Operation tuli is a medical mission in the Philippines where medical staff go to poor areas and perform circs for free.These boys are usually between the ages of 8 and 14.I was horrified to find out about it.Apparently in the Philippines intactness looked upon with disgrace and circumcision is considered a preperation for manhood.

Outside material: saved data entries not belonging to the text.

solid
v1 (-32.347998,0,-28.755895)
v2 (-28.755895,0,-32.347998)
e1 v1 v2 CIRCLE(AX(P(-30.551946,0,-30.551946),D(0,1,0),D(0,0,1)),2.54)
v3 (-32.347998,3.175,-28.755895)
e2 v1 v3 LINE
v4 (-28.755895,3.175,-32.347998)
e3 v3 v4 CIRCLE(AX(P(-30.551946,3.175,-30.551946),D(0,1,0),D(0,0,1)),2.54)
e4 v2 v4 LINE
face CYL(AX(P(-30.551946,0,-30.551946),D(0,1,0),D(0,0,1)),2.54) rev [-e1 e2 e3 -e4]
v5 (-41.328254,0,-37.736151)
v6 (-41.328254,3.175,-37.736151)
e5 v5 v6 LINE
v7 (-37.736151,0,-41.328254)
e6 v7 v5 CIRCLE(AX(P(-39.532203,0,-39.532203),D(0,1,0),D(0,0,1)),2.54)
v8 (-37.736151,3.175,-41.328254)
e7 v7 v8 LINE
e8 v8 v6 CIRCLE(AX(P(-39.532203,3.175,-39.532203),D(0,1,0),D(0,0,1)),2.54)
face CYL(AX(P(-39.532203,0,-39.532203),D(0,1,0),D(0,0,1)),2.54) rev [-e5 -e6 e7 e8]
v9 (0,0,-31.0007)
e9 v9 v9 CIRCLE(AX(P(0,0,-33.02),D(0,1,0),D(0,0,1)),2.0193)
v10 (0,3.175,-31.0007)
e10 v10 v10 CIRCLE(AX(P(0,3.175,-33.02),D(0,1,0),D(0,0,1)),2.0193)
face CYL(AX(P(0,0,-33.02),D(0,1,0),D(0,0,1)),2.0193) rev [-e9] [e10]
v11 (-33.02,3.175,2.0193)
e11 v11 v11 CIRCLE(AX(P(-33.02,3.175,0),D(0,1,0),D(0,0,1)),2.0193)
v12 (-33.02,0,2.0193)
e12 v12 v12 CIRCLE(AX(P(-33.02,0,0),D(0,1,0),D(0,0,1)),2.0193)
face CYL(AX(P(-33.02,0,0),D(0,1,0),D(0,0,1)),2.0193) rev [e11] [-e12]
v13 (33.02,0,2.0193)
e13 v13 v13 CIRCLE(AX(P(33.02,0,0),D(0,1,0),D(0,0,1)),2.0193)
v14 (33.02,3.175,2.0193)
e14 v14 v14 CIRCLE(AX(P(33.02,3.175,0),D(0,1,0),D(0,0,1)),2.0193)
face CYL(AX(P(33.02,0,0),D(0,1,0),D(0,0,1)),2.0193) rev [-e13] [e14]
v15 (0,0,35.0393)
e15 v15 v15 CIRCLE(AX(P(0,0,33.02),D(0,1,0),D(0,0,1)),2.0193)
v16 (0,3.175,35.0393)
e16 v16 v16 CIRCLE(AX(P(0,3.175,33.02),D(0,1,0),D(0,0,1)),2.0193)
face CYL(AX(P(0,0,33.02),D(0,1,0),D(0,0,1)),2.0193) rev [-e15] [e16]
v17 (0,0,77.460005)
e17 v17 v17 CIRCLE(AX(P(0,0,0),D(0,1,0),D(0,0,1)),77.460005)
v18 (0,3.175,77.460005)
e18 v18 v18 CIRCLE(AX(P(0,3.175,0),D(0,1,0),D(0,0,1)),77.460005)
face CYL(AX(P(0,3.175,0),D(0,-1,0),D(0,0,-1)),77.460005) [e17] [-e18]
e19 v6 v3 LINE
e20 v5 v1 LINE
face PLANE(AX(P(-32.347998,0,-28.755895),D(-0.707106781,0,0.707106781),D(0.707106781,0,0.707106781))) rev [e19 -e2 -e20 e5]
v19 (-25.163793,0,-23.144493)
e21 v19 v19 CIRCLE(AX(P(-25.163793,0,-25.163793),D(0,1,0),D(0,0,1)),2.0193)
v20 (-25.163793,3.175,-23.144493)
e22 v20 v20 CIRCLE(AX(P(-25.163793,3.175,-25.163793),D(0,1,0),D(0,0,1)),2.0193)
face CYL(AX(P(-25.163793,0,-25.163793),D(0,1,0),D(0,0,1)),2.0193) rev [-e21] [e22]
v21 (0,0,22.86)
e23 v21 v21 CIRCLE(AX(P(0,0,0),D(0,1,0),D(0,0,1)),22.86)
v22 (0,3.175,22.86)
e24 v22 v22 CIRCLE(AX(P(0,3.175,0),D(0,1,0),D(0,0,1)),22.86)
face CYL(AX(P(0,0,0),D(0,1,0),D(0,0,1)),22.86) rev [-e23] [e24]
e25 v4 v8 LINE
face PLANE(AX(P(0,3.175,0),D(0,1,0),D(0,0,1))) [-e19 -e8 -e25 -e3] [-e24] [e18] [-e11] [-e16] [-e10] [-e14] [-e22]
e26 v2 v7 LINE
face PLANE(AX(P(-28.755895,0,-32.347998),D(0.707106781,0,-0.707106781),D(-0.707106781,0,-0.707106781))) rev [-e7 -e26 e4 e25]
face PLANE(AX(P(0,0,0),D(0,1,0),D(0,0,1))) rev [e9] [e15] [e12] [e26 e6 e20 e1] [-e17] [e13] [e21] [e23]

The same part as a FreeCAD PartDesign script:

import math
import FreeCAD as App
import Part
import Sketcher

V = App.Vector
Q = App.Units.Quantity

doc = App.newDocument("Part")
body = doc.addObject("PartDesign::Body", "Body")

# Sketch on XZ plane
sketch1 = body.newObject("Sketcher::SketchObject", "Sketch")
sketch1.AttachmentSupport = (doc.getObject("XZ_Plane"), [""])
sketch1.MapMode = "FlatFace"
sketch1.addGeometry(Part.Circle(V(0, 0, 0), V(0, 0, 1), 77.460005), False)
sketch1.addConstraint(Sketcher.Constraint("Coincident", 0, 3, -1, 1))
sketch1.addConstraint(Sketcher.Constraint("Diameter", 0, Q("154.92001 mm")))
pad1 = body.newObject("PartDesign::Pad", "Pad")
pad1.Profile = sketch1
pad1.Length = Q("0.125 in")
pad1.Reversed = True

# Sketch on XZ plane
sketch2 = body.newObject("Sketcher::SketchObject", "Sketch001")
sketch2.AttachmentSupport = (doc.getObject("XZ_Plane"), [""])
sketch2.MapMode = "FlatFace"
sketch2.AttachmentOffset = App.Placement(V(0, 0, -0.125 * 25.4), App.Rotation())
sketch2.addGeometry(Part.Circle(V(0, 0, 0), V(0, 0, 1), 22.86), False)
sketch2.addGeometry(Part.Circle(V(0, -33.02, 0), V(0, 0, 1), 2.0193), False)
sketch2.addGeometry(Part.Circle(V(33.02, 0, 0), V(0, 0, 1), 2.0193), False)
sketch2.addGeometry(Part.Circle(V(0, 33.02, 0), V(0, 0, 1), 2.0193), False)
sketch2.addGeometry(Part.Circle(V(-33.02, 0, 0), V(0, 0, 1), 2.0193), False)
sketch2.addConstraint(Sketcher.Constraint("Coincident", 0, 3, -1, 1))
sketch2.addConstraint(Sketcher.Constraint("Equal", 1, 2))
sketch2.addConstraint(Sketcher.Constraint("Equal", 2, 3))
sketch2.addConstraint(Sketcher.Constraint("Equal", 3, 4))
sketch2.addConstraint(Sketcher.Constraint("Symmetric", 1, 3, 3, 3, -1, 1))
sketch2.addConstraint(Sketcher.Constraint("Symmetric", 2, 3, 4, 3, -1, 1))
sketch2.addConstraint(Sketcher.Constraint("PointOnObject", 1, 3, -2))
sketch2.addConstraint(Sketcher.Constraint("PointOnObject", 2, 3, -1))
sketch2.addConstraint(Sketcher.Constraint("Diameter", 0, Q("1.8 in")))
sketch2.addConstraint(Sketcher.Constraint("Diameter", 1, Q("0.159 in")))
sketch2.addConstraint(Sketcher.Constraint("DistanceY", 1, 3, -1, 1, Q("1.3 in")))
sketch2.addConstraint(Sketcher.Constraint("DistanceX", -1, 1, 2, 3, Q("1.3 in")))
pocket1 = body.newObject("PartDesign::Pocket", "Pocket")
pocket1.Profile = sketch2
pocket1.Type = "ThroughAll"
pocket1.Reversed = True

# Sketch on XZ plane
sketch3 = body.newObject("Sketcher::SketchObject", "Sketch002")
sketch3.AttachmentSupport = (doc.getObject("XZ_Plane"), [""])
sketch3.MapMode = "FlatFace"
sketch3.AttachmentOffset = App.Placement(V(0, 0, -0.125 * 25.4), App.Rotation())
sketch3.addGeometry(Part.LineSegment(V(-41.328254, -37.736151, 0), V(-32.347998, -28.755895, 0)), False)
sketch3.addGeometry(Part.ArcOfCircle(Part.Circle(V(-30.551946, -30.551946, 0), V(0, 0, 1), 2.54), math.radians(-45), math.radians(135)), False)
sketch3.addGeometry(Part.LineSegment(V(-28.755895, -32.347998, 0), V(-37.736151, -41.328254, 0)), False)
sketch3.addGeometry(Part.ArcOfCircle(Part.Circle(V(-39.532203, -39.532203, 0), V(0, 0, 1), 2.54), math.radians(135), math.radians(315)), False)
sketch3.addConstraint(Sketcher.Constraint("Tangent", 0, 2, 1, 2))
sketch3.addConstraint(Sketcher.Constraint("Tangent", 1, 1, 2, 1))
sketch3.addConstraint(Sketcher.Constraint("Tangent", 2, 2, 3, 2))
sketch3.addConstraint(Sketcher.Constraint("Tangent", 3, 1, 0, 1))
sketch3.addConstraint(Sketcher.Constraint("Equal", 1, 3))
sketch3.addConstraint(Sketcher.Constraint("Radius", 1, Q("0.1 in")))
sketch3.addConstraint(Sketcher.Constraint("Angle", 0, Q("45 deg")))
sketch3.addConstraint(Sketcher.Constraint("Distance", 0, Q("0.5 in")))
sketch3.addConstraint(Sketcher.Constraint("DistanceX", 2, 2, -1, 1, Q("37.736151 mm")))
sketch3.addConstraint(Sketcher.Constraint("DistanceY", 3, 1, -1, 1, Q("37.736151 mm")))
pocket2 = body.newObject("PartDesign::Pocket", "Pocket001")
pocket2.Profile = sketch3
pocket2.Length = Q("0.125 in")
pocket2.Reversed = True

# Sketch on XZ plane
sketch4 = body.newObject("Sketcher::SketchObject", "Sketch003")
sketch4.AttachmentSupport = (doc.getObject("XZ_Plane"), [""])
sketch4.MapMode = "FlatFace"
sketch4.AttachmentOffset = App.Placement(V(0, 0, -0.125 * 25.4), App.Rotation())
sketch4.addGeometry(Part.Circle(V(-25.163793, -25.163793, 0), V(0, 0, 1), 2.0193), False)
sketch4.addConstraint(Sketcher.Constraint("Diameter", 0, Q("0.159 in")))
sketch4.addConstraint(Sketcher.Constraint("DistanceX", 0, 3, -1, 1, Q("25.163793 mm")))
sketch4.addConstraint(Sketcher.Constraint("DistanceY", 0, 3, -1, 1, Q("25.163793 mm")))
pocket3 = body.newObject("PartDesign::Pocket", "Pocket002")
pocket3.Profile = sketch4
pocket3.Type = "ThroughAll"
pocket3.Reversed = True

doc.recompute()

Are there any intactivists here from from the Philippines


----------



## coco4cloth (Feb 10, 2005)

Wow how sad. I just googled operation tuli and it made me want to throw up. Reading this blog made me sick. www. travelblog.org/Asia/Philippines/Sorsogon/blog-7121.html Ha ha I am a computer science student performing surgery. How funny









Then this one xanga.com/jam_being_real Read May 5th entry !!!!!


----------



## Frankly Speaking (May 24, 2002)

I was very disturbed to learn that after the tsunami in southeast Asia, they used the money that we donated for circumcisions of boys. The doctors and nurses actually left the hospitals and went out into the affected communities to circumcise boys using the money that we donated. It has been estimated that it will take decades to get life back to normal and to get the countries rebuilt and to get adequate housing and infrastructure in place and they are using that money to mutilate boys. When I learned of that, I said "No more!" These people seriously have their priorities wrong and I will not help to finance it.

Frank


----------



## salmontree (Mar 29, 2004)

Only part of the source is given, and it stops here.